Yang berkata: “Tangan Allah terbelenggu”, hanyalah sebagian orang
Yahudi saja. Tetapi seluruh bangsa Yahudi terkait di dalamnya. Sebab
anggota suatu masyarakat satu dengan yang lainnya punya kewajiban
bertanggung jawab kepada seluruh masyarakatnya. Sebab suatu masyarakat
adalah bagaikan satu tubuh.
Dalam semua zaman manusia sering menimpakan perbuatan orang-orang
tertentu dari suatu ummat kepada seluruh ummat itu sendiri. Dan telah
menjadi suatu kebiasaan Al- Qur’an melibatkan generasi belakangannya
terhadap perkataan dan perbuatan generasi sebelumnya yang sudah lewat
beberapa abad.
Munculnya anggapan di kalangan bangsa Yahudi, bahwa Allah itu
tangan-Nya terbelenggu atau Allah itu bakhil, karena kemelaratan yang
diderita sebagian besar mereka. Mereka bertanya, mengapa Allah
menjadikan sebagian besar manusia ini hidup dalam kemelaratan ?

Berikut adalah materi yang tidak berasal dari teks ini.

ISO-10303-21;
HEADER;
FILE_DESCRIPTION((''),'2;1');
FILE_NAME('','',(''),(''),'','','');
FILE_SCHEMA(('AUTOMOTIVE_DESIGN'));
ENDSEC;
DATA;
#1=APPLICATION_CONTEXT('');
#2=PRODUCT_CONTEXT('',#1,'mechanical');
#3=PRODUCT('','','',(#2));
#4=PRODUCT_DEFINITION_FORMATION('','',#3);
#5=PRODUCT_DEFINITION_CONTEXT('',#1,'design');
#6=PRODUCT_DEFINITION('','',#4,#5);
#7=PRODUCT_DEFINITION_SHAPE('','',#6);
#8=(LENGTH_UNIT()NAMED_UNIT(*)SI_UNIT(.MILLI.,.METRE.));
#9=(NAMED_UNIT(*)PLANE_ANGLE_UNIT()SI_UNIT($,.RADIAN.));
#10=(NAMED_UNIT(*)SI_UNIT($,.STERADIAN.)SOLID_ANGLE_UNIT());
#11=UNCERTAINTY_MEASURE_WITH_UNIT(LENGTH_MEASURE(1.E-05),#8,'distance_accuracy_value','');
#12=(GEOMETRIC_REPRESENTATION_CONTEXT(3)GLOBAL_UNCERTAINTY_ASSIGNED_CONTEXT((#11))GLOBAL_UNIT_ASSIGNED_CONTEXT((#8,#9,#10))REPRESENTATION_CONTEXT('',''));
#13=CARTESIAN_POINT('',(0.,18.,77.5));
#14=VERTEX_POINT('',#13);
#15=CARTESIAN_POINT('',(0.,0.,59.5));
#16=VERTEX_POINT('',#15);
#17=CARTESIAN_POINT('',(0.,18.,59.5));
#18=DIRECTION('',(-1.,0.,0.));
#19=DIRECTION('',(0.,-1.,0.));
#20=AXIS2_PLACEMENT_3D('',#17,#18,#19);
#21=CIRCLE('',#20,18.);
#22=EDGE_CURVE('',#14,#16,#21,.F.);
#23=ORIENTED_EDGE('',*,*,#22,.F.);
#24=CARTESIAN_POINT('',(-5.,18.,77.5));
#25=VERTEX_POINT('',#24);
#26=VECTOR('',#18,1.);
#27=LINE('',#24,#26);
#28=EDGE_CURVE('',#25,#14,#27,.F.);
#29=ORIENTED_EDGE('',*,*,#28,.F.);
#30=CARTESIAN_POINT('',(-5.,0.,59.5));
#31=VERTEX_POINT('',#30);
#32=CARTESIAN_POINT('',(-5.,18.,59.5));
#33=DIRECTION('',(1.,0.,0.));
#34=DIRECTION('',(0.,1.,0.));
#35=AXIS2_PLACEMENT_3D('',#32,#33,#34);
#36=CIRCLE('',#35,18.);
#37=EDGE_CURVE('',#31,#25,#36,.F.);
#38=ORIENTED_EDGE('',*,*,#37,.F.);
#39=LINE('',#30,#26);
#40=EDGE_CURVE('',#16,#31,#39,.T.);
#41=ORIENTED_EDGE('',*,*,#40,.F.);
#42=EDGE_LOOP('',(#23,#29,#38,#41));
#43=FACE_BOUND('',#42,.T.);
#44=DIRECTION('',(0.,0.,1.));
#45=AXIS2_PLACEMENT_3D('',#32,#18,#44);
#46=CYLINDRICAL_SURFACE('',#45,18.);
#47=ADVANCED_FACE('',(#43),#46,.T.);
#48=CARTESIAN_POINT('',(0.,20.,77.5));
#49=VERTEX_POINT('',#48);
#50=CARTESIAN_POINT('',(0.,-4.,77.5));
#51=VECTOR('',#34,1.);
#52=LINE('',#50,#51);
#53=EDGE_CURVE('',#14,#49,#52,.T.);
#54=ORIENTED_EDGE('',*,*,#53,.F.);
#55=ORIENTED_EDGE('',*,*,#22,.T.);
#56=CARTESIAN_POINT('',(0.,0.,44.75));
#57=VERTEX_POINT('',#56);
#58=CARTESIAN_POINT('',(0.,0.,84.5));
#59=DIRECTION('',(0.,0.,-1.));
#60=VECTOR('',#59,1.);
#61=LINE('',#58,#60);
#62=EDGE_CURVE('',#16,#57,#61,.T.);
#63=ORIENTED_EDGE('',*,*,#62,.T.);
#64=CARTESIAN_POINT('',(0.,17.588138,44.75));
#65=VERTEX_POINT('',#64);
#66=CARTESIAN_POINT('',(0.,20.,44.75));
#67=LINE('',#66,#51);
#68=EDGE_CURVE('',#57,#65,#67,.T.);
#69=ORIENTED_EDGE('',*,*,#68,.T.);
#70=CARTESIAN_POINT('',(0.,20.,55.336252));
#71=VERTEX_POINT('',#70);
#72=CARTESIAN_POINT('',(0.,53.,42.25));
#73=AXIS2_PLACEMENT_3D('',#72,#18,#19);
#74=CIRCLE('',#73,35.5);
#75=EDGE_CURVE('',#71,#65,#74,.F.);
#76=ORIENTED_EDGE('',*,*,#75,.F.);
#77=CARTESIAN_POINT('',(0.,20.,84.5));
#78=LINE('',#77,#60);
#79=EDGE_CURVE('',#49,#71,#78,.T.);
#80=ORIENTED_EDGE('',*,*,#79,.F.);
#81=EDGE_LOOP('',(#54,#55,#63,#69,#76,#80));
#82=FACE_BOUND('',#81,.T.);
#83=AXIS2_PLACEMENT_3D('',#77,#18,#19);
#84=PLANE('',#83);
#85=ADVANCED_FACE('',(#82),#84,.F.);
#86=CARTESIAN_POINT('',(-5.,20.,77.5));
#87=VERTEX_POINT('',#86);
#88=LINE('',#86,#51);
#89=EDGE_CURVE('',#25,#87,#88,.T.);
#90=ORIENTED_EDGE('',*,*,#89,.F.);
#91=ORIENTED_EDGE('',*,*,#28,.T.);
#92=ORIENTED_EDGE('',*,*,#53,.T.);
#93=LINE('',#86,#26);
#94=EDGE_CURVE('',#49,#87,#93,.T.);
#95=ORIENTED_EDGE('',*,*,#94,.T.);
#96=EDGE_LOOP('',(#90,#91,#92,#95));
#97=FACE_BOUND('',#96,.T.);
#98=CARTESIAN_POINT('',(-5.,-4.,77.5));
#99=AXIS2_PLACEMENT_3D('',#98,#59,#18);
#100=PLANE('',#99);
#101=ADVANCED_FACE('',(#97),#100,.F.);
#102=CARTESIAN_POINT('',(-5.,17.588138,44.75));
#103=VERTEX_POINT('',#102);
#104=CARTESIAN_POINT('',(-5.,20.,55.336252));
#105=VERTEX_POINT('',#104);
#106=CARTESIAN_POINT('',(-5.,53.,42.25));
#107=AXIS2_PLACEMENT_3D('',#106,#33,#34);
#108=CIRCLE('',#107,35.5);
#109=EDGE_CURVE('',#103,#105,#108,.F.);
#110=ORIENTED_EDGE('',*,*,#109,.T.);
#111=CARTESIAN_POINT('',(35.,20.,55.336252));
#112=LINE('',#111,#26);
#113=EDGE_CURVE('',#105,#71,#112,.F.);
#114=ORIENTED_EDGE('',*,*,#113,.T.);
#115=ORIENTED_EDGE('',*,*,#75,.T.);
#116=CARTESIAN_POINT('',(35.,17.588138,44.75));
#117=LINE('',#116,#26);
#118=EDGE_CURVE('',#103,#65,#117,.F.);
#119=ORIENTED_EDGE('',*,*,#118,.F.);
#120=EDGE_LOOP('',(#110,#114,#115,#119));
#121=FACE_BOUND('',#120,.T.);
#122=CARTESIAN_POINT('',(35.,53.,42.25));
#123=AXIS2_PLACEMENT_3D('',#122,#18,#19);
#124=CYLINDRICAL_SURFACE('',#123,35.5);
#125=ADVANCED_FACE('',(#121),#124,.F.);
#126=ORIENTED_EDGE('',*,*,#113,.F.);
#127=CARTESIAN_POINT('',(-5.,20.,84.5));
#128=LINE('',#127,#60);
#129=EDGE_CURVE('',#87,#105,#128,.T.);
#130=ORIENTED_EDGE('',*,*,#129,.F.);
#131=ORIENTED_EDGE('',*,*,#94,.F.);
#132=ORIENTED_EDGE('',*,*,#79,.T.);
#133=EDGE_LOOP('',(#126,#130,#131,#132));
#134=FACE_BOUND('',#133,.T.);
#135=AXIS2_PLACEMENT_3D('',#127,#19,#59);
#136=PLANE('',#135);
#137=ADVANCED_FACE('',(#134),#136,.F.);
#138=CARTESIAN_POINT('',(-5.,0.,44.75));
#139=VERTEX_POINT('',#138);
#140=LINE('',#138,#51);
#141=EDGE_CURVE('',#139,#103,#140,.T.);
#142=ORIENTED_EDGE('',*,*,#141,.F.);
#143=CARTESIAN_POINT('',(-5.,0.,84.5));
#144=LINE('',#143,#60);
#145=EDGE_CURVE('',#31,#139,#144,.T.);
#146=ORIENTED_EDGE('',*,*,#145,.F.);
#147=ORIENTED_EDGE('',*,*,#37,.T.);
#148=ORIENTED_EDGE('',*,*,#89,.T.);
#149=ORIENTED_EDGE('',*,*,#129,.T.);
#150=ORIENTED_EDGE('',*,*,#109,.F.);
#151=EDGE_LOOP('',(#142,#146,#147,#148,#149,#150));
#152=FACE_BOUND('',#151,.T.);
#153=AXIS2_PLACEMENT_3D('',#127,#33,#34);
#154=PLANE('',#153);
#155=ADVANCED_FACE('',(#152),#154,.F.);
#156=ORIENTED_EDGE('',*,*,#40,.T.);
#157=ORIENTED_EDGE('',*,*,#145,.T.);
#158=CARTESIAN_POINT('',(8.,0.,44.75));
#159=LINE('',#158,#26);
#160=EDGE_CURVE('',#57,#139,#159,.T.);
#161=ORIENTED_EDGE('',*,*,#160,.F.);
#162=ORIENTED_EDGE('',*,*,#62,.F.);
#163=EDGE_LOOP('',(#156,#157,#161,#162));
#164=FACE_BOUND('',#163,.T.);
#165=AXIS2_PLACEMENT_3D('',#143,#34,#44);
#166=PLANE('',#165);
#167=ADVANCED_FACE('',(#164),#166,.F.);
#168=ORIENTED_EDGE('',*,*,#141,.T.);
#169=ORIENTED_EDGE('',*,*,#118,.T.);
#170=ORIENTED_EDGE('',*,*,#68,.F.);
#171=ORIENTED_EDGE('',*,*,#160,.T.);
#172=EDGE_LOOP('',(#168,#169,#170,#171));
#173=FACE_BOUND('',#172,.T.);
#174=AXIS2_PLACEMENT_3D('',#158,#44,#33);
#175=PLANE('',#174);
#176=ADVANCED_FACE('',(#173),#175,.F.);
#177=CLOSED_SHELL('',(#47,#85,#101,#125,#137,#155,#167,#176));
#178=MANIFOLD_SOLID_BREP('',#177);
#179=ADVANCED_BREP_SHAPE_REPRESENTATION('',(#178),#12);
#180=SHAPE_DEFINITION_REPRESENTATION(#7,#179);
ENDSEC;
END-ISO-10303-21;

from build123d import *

# Parameters (mm, degrees)
SKETCH1_W               = 5
SKETCH1_H               = 20
BOSS_EXTRUDE1_DEPTH     = 84.5
CUT_EXTRUDE2_DEPTH      = 35
CUT_EXTRUDE2_DEPTH_BACK = 35
SKETCH5_R               = 35.5
SKETCH2_W               = 5
SKETCH2_H               = 20
CUT_EXTRUDE3_DEPTH      = 13
SKETCH8_W               = 39.75
SKETCH8_H               = 20
CUT_EXTRUDE4_DEPTH      = 13
SKETCH9_W               = 5
SKETCH9_H               = 7
CUT_EXTRUDE5_DEPTH      = 24
FILLET1_R               = 18


with BuildPart() as part:
    # Sketch1 → Boss-Extrude1 (new body)
    with BuildSketch(Plane.XY):
        with Locations((-2.5, 10)):
            Rectangle(SKETCH1_W, SKETCH1_H)
    extrude(amount=BOSS_EXTRUDE1_DEPTH)

    # Sketch5 → Cut-Extrude2 (cut, two sides: drawn at the far end of the back side and taken through both)
    with BuildSketch(Plane(origin=(0, 0, 0), x_dir=(0, 0, -1), z_dir=(1, 0, 0)).offset(-CUT_EXTRUDE2_DEPTH_BACK)):
        with Locations((-42.25, 53)):
            Circle(SKETCH5_R)
    extrude(amount=CUT_EXTRUDE2_DEPTH + CUT_EXTRUDE2_DEPTH_BACK, mode=Mode.SUBTRACT)

    # Sketch2 → Cut-Extrude3 (cut)
    with BuildSketch(Plane.ZY.offset(5)):
        with Locations((42.25, 10)):
            Rectangle(SKETCH2_W, SKETCH2_H)
    extrude(amount=-CUT_EXTRUDE3_DEPTH, mode=Mode.SUBTRACT)


with BuildPart() as cut_extrude3_piece_1:
    # of the separate pieces the step leaves, piece 1, a body of its own (cut_extrude3_pieces)
    add(part.part.solids().sort_by_distance((0, 0, 44.75))[0])

    # Sketch9 → Cut-Extrude5 (cut)
    with BuildSketch(Plane(origin=(0, 20, 0), x_dir=(1, 0, 0), z_dir=(0, 1, 0))):
        with Locations((-2.5, -81)):
            Rectangle(SKETCH9_W, SKETCH9_H)
    extrude(amount=-CUT_EXTRUDE5_DEPTH, mode=Mode.SUBTRACT)

    # Fillet1
    fillet1_edges = [cut_extrude3_piece_1.edges().sort_by_distance(p)[0] for p in [
        (-2.5, 0, 77.5),
    ]]
    fillet(fillet1_edges, radius=FILLET1_R)


with BuildPart() as cut_extrude3_piece_2:
    # of the separate pieces the step leaves, piece 2, a body of its own (cut_extrude3_pieces)
    add(part.part.solids().sort_by_distance((-5, 20, 0))[0])

    # Sketch8 → Cut-Extrude4 (cut)
    with BuildSketch(Plane.ZY.offset(5)):
        with Locations((19.875, 10)):
            Rectangle(SKETCH8_W, SKETCH8_H)
    extrude(amount=-CUT_EXTRUDE4_DEPTH, mode=Mode.SUBTRACT)


solid = cut_extrude3_piece_1.part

Mengapa manusia ini semua tidak dijadikan oleh Allah hidup
berkecukupan padahal Allah itu Maha Pemurah dan Maha Luas karunia-Nya?
Terjadinya kemelaratan yang merajalela di tengah bangsa Yahudi adalah
karena tingkah laku mereka sendiri. Golongan kaya dari kalangan bangsa
Yahudi tidak mau mengulurkan tangan untuk mengeluarkan infaq dan
memberikan bantuan material bagi kepentingan masyarakatnya.
Mereka adalah golongan manusia yang paling bakhil. Tidak ada
seseorang Yahudi bersedia memberikan sesuatu kepada orang lain secara
sukarela, atau tanpa imbalan keuntungan bagi dirinya. Bahkan Allah telah
melaknat mereka karena sikap kebakhilannya dan anggapannya yang penuh
kebohongan bahwa Allah itu bakhil.
Keluasan rahmat Allah dan melimpahnya pemberian-Nya kepada hamba-Nya
bukanlah turun begitu saja. Tetapi Allah telah menetapkan aturan
permainan, bagaimana cara manusia dapat meraih kemurahan dan luasnya
rahmat-Nya. Maka manusia yang ingin memperoleh hidup serta berkecukupan
sehingga tidak ada lagi kemelaratan di tengah masyarakat, maka manusia
wajib menempuh cara-cara yang telah ditetapkan oleh Allah itu.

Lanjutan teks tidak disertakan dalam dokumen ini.